Today’s major HCI vendor landscape includes folks like VMware (vSAN), Nutanix, Springpath, SimpliVity, etc. In a majority of cases, the two that stand out are VMware vSAN and Nutanix — both are admirable companies with solid products. That said, let’s take a quick look to see what the overall industry’s take is on HCI adoption — now and with an eye to the future.

The following image from an ESG Research Report (The Cloud Computing Spectrum, from Private to Hybrid), illustrates a cross-industry / cross-vertical poll of IT organizations to get their take on on-premises infrastructure flavors.

 

Only 8% of the polled participants indicated that they were looking towards HCI for their infrastructure needs, while over half indicated that a piecemeal approach was more to their liking. Interesting. What’s also interesting is the large (30%) group that are considering CI (Converged Infrastructure) platforms.

Next, let’s take a look at why users would pick HCI over CI. The following data is part of the same ESG study referenced above.

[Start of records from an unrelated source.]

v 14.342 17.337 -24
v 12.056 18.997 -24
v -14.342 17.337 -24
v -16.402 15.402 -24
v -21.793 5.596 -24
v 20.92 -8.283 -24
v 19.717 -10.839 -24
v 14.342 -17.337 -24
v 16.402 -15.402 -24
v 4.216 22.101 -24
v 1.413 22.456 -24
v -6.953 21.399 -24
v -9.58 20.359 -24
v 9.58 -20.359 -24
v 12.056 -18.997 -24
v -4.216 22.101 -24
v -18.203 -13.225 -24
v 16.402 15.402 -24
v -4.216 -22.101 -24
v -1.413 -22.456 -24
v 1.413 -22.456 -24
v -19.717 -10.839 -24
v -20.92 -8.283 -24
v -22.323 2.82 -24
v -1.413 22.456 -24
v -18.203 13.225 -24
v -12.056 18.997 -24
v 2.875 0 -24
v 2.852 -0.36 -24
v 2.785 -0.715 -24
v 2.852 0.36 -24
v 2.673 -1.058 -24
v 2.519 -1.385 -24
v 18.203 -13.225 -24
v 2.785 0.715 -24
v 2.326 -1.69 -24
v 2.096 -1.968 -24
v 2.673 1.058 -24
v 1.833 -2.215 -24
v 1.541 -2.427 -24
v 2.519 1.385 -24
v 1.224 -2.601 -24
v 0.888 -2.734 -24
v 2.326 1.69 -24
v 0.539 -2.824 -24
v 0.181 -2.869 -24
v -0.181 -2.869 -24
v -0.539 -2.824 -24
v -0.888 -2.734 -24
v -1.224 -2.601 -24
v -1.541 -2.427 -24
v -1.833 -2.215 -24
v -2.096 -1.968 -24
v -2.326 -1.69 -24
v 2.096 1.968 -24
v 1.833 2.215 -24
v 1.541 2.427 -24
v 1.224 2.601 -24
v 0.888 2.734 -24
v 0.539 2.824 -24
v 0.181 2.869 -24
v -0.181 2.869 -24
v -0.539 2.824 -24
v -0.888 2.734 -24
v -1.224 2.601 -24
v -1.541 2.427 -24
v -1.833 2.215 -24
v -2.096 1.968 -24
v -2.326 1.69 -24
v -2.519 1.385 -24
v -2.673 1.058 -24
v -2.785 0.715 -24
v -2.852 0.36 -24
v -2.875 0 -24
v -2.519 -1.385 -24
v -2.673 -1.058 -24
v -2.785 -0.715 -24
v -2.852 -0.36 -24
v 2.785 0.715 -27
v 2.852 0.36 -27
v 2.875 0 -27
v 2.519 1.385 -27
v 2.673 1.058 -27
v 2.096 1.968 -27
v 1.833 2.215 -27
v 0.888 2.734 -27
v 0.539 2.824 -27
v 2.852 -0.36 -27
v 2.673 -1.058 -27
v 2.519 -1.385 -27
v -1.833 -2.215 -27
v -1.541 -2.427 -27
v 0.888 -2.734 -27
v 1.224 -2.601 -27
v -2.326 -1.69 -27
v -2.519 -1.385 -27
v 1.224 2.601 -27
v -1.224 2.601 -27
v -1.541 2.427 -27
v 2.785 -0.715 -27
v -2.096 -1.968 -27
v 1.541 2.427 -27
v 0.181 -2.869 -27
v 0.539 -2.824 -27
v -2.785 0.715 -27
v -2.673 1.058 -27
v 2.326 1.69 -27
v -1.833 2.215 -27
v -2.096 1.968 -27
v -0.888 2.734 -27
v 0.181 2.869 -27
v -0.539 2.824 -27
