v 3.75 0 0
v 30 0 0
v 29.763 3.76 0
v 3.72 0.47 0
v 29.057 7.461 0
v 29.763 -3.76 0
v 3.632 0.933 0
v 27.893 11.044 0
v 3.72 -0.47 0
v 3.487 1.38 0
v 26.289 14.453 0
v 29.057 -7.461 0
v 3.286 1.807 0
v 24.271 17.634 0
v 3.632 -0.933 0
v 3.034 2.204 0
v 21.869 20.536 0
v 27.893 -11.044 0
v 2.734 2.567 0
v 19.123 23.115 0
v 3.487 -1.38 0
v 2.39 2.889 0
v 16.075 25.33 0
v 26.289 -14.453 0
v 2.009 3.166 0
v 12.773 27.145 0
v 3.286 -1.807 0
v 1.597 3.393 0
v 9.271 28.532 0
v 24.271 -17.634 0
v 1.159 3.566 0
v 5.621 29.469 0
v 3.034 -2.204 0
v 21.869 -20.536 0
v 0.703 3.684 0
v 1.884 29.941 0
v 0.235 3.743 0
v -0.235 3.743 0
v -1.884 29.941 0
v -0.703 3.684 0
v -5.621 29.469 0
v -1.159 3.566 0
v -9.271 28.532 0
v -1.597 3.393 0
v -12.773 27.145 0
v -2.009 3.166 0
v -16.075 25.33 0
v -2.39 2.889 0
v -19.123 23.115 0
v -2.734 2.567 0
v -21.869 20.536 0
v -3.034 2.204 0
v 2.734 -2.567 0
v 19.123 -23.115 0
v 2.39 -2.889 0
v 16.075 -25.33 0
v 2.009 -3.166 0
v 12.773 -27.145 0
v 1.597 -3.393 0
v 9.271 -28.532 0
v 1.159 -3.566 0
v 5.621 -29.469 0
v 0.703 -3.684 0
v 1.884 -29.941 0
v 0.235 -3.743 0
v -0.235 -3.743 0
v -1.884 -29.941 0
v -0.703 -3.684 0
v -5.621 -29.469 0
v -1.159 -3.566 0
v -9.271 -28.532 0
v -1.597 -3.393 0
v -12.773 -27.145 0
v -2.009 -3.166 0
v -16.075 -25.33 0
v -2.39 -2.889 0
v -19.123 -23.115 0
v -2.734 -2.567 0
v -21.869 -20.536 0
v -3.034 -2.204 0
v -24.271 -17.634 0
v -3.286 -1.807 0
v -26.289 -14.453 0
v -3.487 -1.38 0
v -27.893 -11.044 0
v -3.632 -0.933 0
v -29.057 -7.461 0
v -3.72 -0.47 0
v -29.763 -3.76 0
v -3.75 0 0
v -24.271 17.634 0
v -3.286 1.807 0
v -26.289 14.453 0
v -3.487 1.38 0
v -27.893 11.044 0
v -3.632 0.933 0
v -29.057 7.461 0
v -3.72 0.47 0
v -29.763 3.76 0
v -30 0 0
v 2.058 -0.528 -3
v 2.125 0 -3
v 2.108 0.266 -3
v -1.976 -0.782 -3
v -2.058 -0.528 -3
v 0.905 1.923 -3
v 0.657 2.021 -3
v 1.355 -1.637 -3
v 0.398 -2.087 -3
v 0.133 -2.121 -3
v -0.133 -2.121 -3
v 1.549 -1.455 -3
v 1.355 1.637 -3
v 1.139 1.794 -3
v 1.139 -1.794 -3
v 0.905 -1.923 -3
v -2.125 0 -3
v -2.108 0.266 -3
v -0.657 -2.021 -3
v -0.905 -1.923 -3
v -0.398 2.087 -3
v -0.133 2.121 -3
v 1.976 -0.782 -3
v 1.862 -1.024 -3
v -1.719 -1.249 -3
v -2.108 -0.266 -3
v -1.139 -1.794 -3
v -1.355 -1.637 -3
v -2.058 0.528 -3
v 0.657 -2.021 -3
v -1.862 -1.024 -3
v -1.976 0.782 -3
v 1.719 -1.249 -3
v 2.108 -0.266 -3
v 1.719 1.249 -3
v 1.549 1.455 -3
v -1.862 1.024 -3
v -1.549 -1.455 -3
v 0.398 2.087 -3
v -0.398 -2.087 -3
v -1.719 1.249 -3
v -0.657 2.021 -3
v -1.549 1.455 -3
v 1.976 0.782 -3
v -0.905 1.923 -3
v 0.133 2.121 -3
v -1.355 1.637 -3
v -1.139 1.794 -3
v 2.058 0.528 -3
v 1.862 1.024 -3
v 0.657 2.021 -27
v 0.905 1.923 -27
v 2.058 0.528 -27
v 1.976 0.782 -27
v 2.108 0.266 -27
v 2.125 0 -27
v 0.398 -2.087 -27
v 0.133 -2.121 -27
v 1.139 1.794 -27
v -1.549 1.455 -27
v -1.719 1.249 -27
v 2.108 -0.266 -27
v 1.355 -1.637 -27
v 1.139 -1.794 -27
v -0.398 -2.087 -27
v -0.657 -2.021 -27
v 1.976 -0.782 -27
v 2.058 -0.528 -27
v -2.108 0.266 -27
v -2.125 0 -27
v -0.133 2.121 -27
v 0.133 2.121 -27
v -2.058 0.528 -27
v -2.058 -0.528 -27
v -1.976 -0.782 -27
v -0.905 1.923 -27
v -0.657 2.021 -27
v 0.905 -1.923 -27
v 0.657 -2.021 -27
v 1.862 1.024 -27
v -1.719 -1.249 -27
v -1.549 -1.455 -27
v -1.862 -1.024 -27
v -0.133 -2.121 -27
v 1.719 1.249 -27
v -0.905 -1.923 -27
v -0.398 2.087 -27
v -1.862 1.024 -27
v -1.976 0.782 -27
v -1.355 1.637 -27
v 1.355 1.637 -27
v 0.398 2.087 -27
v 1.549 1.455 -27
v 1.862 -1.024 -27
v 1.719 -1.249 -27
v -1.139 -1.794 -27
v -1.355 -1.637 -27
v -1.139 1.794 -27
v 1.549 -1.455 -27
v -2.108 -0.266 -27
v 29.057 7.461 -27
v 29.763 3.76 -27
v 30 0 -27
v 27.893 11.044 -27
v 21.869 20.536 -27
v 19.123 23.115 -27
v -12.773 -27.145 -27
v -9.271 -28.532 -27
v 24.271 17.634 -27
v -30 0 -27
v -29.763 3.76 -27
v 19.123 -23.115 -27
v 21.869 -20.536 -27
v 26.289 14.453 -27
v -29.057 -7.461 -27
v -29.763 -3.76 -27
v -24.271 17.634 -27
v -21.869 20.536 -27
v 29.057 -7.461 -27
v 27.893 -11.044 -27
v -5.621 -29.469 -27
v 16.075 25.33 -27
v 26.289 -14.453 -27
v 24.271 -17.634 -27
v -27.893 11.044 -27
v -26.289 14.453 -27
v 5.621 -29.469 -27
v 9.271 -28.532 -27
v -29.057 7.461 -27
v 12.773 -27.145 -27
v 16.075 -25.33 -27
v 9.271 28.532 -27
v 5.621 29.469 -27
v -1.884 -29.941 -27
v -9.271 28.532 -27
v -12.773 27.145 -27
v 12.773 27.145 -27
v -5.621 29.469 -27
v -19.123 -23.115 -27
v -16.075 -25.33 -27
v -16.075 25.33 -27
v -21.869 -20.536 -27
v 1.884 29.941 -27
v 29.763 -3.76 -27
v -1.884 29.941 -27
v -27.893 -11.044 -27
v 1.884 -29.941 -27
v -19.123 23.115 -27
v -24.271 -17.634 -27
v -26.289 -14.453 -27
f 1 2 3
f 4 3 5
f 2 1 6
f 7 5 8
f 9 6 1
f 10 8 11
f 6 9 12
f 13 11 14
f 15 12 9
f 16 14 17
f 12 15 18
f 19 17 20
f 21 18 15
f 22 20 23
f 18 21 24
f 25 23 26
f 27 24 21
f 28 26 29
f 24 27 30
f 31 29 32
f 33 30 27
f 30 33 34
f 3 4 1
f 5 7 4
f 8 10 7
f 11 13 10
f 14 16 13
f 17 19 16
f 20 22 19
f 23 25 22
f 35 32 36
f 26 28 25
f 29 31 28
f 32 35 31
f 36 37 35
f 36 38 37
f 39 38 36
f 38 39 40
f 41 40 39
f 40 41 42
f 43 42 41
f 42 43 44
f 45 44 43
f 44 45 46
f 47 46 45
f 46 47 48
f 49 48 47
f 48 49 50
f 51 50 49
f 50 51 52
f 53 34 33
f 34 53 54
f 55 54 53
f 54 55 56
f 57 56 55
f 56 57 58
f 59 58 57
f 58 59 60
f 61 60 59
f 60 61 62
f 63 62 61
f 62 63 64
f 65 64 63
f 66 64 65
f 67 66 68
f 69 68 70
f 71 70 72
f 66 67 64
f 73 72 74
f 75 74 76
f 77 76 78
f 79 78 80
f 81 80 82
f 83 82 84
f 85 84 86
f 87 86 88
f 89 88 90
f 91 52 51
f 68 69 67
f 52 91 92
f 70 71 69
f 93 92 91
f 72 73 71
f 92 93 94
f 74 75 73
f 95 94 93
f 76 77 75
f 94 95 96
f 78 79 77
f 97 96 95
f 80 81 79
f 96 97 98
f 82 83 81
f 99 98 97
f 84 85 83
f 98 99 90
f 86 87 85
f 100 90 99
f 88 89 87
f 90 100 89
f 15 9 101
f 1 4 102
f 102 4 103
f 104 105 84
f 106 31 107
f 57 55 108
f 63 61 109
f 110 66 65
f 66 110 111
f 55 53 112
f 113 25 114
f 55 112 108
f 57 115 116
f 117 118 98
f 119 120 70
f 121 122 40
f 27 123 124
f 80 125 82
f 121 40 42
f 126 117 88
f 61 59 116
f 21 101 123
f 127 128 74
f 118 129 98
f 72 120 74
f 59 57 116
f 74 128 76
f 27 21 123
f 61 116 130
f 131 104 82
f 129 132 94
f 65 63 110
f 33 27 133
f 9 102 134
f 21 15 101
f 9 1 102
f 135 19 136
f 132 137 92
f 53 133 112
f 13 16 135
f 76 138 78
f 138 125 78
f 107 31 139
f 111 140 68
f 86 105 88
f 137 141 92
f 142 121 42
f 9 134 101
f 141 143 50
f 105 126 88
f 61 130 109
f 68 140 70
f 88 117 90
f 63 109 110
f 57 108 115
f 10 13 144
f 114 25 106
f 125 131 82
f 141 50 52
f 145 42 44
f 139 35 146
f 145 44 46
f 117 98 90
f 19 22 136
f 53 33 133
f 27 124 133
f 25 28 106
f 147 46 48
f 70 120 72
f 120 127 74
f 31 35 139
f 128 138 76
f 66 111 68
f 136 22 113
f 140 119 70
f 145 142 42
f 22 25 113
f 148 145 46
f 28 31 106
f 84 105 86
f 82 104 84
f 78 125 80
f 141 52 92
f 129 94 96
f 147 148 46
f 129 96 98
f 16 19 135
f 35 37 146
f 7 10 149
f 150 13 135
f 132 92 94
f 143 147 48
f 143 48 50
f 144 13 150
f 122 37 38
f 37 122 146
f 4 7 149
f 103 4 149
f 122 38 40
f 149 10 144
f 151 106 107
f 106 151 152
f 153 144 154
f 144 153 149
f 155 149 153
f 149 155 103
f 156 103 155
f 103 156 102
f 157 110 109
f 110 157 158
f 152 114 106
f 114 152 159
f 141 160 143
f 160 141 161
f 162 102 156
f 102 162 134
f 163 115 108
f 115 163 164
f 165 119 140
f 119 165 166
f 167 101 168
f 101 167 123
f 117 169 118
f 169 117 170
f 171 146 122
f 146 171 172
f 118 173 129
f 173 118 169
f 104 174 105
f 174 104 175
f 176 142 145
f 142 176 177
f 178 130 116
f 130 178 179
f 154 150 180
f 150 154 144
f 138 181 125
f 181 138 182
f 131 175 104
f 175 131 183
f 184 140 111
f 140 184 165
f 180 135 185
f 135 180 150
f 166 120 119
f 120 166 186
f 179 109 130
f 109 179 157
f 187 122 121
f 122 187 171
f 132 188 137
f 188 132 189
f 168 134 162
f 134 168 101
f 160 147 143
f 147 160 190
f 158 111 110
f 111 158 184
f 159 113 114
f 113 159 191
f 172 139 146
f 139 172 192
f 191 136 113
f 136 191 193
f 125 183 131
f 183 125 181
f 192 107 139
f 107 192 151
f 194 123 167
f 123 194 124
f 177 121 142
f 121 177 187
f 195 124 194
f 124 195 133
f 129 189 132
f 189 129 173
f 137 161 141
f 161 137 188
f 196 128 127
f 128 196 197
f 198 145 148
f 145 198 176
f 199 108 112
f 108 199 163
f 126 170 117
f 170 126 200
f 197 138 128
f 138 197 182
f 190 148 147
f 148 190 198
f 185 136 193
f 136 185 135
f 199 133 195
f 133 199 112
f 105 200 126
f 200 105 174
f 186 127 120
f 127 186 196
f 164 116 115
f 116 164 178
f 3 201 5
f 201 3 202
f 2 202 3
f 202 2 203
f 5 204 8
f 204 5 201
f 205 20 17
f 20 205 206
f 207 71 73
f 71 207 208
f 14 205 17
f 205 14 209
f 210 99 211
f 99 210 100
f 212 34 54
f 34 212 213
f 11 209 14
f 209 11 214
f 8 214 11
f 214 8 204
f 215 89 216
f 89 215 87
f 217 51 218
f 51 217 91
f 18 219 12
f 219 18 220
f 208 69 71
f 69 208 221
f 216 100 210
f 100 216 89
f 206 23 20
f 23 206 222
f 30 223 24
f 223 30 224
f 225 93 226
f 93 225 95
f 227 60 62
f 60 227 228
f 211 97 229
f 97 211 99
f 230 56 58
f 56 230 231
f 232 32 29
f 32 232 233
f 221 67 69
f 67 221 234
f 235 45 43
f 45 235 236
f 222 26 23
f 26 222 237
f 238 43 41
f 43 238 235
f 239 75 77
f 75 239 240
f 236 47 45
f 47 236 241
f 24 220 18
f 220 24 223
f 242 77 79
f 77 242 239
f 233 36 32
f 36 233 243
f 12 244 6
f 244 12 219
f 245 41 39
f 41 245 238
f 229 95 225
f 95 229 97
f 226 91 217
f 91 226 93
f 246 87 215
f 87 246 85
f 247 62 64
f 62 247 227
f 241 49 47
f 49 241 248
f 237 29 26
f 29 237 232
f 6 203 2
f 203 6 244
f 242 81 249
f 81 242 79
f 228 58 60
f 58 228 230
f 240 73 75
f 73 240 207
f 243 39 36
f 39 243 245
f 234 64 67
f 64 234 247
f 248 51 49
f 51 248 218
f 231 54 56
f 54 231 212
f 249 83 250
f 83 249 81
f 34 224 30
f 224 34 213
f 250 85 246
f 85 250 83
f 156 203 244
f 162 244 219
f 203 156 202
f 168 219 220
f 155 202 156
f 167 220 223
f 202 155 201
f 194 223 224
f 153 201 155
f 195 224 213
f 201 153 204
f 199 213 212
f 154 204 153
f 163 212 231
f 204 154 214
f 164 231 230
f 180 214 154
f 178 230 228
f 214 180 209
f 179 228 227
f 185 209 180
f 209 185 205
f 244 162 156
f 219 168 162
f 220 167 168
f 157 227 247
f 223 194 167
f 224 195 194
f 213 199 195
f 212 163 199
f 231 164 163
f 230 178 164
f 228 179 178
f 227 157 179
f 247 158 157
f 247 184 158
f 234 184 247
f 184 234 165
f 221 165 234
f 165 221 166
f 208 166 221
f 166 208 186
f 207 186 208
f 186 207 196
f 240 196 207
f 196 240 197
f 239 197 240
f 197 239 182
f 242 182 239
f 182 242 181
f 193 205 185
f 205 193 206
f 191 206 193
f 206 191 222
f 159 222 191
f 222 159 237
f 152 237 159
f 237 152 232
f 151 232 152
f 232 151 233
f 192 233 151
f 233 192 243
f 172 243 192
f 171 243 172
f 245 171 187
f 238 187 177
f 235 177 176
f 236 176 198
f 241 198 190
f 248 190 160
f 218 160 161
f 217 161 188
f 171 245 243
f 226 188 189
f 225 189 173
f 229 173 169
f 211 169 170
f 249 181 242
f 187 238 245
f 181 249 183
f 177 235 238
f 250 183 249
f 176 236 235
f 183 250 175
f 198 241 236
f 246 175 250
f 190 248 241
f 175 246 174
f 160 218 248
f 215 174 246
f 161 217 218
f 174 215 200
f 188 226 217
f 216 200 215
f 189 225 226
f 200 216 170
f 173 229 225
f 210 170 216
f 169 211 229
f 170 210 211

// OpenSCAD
$fn = 50;


difference() {
	union() {
		translate(v = [0, 0, -27.0000000000]) {
			cylinder(h = 27, r = 30.0000000000);
		}
	}
	union() {
		translate(v = [0, 0, 0]) {
			rotate(a = [0, 0, 0]) {
				difference() {
					union() {
						translate(v = [0, 0, -30.0000000000]) {
							cylinder(h = 30, r = 2.0000000000);
						}
						translate(v = [0, 0, -3]) {
							cylinder(h = 3, r1 = 2.1250000000, r2 = 3.7500000000);
						}
						translate(v = [0, 0, -30.0000000000]) {
							cylinder(h = 30, r = 2.1250000000);
						}
						translate(v = [0, 0, -30.0000000000]) {
							cylinder(h = 30, r = 2.0000000000);
						}
					}
					union();
				}
			}
		}
	}
}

Looking at these reasons, it’s not a far reach for us to consider the top items as part of an “operational simplicity” umbrella. Digging deeper, it’s oftentimes the case where the virtualization/compute teams are seeking to take charge of the storage layer, too, and HCI gives them just the platform to do so. However, considering the collapsed domain nature of HCI, these solutions often times require a nontrivial amount of storage expertise to be able to correctly and safely provision capacity for workloads. This seems like the opposite of simplicity and goes back to the old days of requiring very deep storage expertise to be able to correctly and safely provision capacity for workloads, turning the right knobs, etc.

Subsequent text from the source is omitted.